# Sibelius users - your preferred method of viewing a full score, top to bottom?



## RiffWraith (Apr 11, 2015)

Actually, I guess this can apply to anyone....

I am finding it a tad cumbersome to work on full orch. scores, due to the up & down scrolling. If I need to scroll horizontally, not a problem. Vertical, however is a different story. As in, doing some work to VI and Flutes. If I zoom out far enough where I don't need to scroll, the notes/staves are too small to work with. If I am in too far, the scrolling gets annoying.

I am currently on 24" monitors, @ 1920 x 1080. I can get monitors that are a little bigger if I need to, but for real estate reasons, I wouldn't be able to go that much larger. And I am thinking that although larger monitors might make a small difference, it wouldn't be that much to justify two new ones. Or am I wrong?

What do you guys do here? The only thing I can think of, is to print out the scores, do some work there, and then go back to the computer, but I am not sure how intuitive that would be. Wondering what the rest of you peeps do...

Thanks in advance.


----------



## d.healey (Apr 11, 2015)

I sometimes turn my monitor into a portrait orientation, very useful when working with lots of instruments but of course this limits the number of bars that are displayed at time - although this isn't much different to looking at a page of music.


----------



## apessino (Apr 11, 2015)

Focus on staves? That's what I do...

http://youtu.be/Yy4ANNdbJeU


----------



## windshore (Apr 11, 2015)

Use "Focus on staves" and/ or depending on your score "Hide empty staves"...
Focus is pretty brilliant for exactly what you're talking about though.


----------



## bryla (Apr 11, 2015)

+1 on focus on staves and might I add:

Press in this order:
Ctrl - V - F - U
Cmd + F1 
If Cmd + F1 doesn't work for you, just press the green triangle in the top right corner next to the search bar.

Now you've maximized the score. Now whenever you press Ctrl, you're 3 keystrokes away from all the functions and you've done away with the ribbon.


----------



## RiffWraith (Apr 11, 2015)

Thanks guys. 

The monitor into portrait orientation idea I like - but that would require physically tilting the monitor on it's side. Unless I were to lay down.... :idea: 

I like the _ focus on staves _ idea, and thanks for the shortcuts. I can see that being useful in certain circumstances, but I can also see times there will still be a need to scroll too much..... maybe a third monitor on top of my first? Wonder if that would work... if Sib can be split that way.

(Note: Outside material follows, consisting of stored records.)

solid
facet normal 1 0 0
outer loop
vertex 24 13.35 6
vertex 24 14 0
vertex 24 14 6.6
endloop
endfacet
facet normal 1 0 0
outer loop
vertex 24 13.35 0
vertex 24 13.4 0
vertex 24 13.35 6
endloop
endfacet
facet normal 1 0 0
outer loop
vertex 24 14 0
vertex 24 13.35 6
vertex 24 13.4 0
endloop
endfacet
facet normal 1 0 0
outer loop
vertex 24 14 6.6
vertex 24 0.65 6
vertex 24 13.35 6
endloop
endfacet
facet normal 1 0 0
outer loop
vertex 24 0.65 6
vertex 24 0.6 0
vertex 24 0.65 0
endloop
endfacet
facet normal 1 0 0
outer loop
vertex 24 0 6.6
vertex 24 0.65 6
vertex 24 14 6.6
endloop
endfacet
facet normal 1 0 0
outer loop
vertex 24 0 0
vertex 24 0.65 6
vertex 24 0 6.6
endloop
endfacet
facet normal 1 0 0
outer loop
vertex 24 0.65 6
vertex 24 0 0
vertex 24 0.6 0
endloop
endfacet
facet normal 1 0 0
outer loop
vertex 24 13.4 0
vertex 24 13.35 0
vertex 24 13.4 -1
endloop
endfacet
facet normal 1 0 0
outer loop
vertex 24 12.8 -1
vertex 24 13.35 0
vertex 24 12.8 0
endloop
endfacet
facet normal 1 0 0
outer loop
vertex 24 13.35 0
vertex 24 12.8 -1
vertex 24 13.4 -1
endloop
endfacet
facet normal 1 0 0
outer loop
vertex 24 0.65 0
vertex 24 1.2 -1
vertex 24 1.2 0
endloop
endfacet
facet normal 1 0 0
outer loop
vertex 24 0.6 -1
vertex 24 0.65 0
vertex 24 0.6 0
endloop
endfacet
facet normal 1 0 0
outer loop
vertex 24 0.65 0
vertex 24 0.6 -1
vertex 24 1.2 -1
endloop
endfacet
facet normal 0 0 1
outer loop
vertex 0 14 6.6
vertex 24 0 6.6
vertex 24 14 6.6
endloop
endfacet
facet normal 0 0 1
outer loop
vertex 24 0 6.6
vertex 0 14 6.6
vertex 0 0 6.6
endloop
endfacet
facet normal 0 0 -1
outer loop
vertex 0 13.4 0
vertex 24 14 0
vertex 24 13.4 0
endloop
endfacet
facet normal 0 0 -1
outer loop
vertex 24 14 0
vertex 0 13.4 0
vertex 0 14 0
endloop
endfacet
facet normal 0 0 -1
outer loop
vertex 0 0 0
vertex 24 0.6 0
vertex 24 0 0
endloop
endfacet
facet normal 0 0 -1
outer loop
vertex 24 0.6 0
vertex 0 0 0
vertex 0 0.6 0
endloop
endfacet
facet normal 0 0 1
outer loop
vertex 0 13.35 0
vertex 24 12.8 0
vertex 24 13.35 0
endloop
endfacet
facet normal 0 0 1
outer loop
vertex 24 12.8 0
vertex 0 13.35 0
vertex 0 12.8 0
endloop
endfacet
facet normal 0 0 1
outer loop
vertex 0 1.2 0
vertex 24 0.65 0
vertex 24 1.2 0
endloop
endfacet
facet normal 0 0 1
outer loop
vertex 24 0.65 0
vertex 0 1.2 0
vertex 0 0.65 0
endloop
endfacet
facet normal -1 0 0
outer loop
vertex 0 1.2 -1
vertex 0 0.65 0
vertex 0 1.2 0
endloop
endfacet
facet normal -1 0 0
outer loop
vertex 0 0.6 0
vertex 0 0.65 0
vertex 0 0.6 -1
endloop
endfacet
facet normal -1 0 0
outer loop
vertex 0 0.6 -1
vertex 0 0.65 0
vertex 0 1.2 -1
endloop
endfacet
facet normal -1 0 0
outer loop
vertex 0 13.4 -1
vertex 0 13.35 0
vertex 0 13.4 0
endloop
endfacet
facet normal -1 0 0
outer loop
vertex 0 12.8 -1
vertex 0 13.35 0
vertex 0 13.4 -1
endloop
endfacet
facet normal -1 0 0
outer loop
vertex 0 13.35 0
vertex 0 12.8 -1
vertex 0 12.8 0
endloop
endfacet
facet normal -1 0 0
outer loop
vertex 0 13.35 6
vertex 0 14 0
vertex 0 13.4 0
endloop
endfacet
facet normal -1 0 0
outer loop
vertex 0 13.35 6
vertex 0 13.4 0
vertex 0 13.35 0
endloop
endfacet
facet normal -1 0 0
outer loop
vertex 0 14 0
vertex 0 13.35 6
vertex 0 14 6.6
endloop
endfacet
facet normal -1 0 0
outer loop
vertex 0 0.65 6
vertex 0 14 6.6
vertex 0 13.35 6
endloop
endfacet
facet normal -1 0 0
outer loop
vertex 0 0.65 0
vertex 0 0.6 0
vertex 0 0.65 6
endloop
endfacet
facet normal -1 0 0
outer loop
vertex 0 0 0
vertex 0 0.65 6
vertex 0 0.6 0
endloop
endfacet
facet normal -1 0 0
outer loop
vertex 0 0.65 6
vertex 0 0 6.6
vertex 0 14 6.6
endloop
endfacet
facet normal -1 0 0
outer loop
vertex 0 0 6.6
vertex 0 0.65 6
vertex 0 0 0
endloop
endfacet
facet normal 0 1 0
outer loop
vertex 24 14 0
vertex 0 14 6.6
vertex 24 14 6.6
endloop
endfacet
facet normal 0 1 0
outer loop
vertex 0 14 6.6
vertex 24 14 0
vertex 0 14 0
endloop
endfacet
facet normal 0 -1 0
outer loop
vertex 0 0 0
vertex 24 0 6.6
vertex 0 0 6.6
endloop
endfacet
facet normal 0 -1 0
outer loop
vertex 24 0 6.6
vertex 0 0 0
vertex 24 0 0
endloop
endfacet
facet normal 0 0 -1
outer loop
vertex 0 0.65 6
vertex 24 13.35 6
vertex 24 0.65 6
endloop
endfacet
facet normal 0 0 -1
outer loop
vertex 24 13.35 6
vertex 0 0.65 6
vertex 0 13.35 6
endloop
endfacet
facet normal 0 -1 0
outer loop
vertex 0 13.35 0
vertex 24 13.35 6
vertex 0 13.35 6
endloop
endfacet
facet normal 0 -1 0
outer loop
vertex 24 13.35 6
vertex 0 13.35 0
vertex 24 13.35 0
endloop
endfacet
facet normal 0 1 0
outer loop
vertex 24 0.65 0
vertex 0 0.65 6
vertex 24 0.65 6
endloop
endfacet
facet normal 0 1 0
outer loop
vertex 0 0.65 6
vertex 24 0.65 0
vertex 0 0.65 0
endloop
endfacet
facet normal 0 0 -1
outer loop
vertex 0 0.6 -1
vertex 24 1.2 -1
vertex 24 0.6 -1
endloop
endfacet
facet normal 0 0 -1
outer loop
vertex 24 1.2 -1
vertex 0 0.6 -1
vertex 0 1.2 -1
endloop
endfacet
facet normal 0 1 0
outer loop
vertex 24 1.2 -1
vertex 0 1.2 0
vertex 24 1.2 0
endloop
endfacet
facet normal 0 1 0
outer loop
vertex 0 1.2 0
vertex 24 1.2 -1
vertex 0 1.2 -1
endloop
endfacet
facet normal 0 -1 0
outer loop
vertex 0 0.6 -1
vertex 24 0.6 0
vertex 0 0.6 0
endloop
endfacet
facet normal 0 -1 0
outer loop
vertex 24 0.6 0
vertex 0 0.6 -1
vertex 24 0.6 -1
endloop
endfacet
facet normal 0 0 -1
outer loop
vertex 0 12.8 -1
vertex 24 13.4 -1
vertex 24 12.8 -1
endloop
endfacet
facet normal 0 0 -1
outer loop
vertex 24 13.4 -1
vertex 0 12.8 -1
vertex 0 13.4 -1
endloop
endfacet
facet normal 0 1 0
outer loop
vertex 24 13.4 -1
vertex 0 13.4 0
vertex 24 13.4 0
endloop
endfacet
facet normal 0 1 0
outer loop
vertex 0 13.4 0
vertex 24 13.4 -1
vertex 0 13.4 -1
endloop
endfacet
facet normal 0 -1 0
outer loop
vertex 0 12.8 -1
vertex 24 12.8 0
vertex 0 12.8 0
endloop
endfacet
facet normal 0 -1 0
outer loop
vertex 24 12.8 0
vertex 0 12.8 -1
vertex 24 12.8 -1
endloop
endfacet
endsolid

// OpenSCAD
// Pad shield: a 0.6 mm PETG U-clip for one YAM finger pad, used in the real trial (not a scored object).
// It covers the pad's outer and two side faces near the tip and leaves the inner grip face open, so the fin 8 mm
// squeeze and the caplet 1 mm squeeze do not change. Print in Prusament PETG, 0.2 mm layers, 3 perimeters, 40% infill.
// Units: mm. The pad's inner face is at z = 0 (open side); the outer face is at z = depth; the clip wraps the sides.

wall       = 0.6;   // PETG wall
length     = 24.0;  // along the pad, near the tip
width      = 14.0;  // across the pad
depth      = 6.0;   // pad thickness covered (outer face at z = depth)
lip        = 1.0;   // small returns on the grip side, so it clips on
$fn        = 32;

module u_clip() {
    difference() {
        // outer block: two side walls and the outer face
        cube([length, width, depth + wall]);
        // the pad seat: open on the grip side (z < 0), wall at each side and the outer face left
        translate([-0.05, wall + 0.05, -0.05])
            cube([length + 0.1, width - 2 * wall - 0.1, depth + 0.05]);
    }
    // two return lips at the open side, 1 mm deep, on the side walls only (the inner face stays exposed)
    translate([0, wall, -lip]) cube([length, wall, lip]);
    translate([0, width - 2 * wall, -lip]) cube([length, wall, lip]);
}

u_clip();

What I would really like to do is this:

http://69.89.25.235/multiscreen/wp-content/uploads/2013/02/multi-screen-video-wall-trading.jpg (http://69.89.25.235/multiscreen/wp-cont ... rading.jpg)

:shock: 

Thomas - you get my email? :D


----------



## bryla (Apr 12, 2015)

RiffWraith @ Sun Apr 12 said:


> maybe a third monitor on top of my first?
> Thomas - you get my email? :D


I was just about to say: and then a fourth on top of you second and so on 

Yup and answered


----------



## sbkp (Apr 13, 2015)

If your monitor has VESA mounting holes and you get a monitor arm that will pivot, then problem solved. I have a Dell UltraSharp U3014 on such an arm, and I can comfortably view an entire tabloid-size page in portrait mode.


----------



## Jdiggity1 (Apr 13, 2015)

A friend of mine composes primarily using notation, and his setup looks like this...

(32" monitor in portrait)

I personally use 2560x1440 monitors which when combined with 'Focus On Staves' works really well.


----------



## RiffWraith (Apr 13, 2015)

sbkp @ Tue Apr 14 said:


> If your monitor has VESA mounting holes and you get a monitor arm that will pivot, then problem solved. I have a Dell UltraSharp U3014 on such an arm, and I can comfortably view an entire tabloid-size page in portrait mode.



Cant do that; I have two monitors side by side, with my speakers next to those. I can't pivot.

Jdiggity1 > thanks for the photo. I'd like to get another monitor, and position it like that... maybe running it from a different computer. Thing is, I don't do notation that often, so I am not sure that such an endeavor would really be worth it. :/


----------



## wcreed51 (Apr 14, 2015)

You can also setup parts that include various combinations of instruments. Easy to switch between the various combos and full score. I like this better then focus on staves.


----------



## RiffWraith (Apr 14, 2015)

wcreed51 @ Tue Apr 14 said:


> You can also setup parts that include various combinations of instruments. Easy to switch between the various combos and full score. I like this better then focus on staves.



That sounds like a good idea... will have to look into that. Thanks!


----------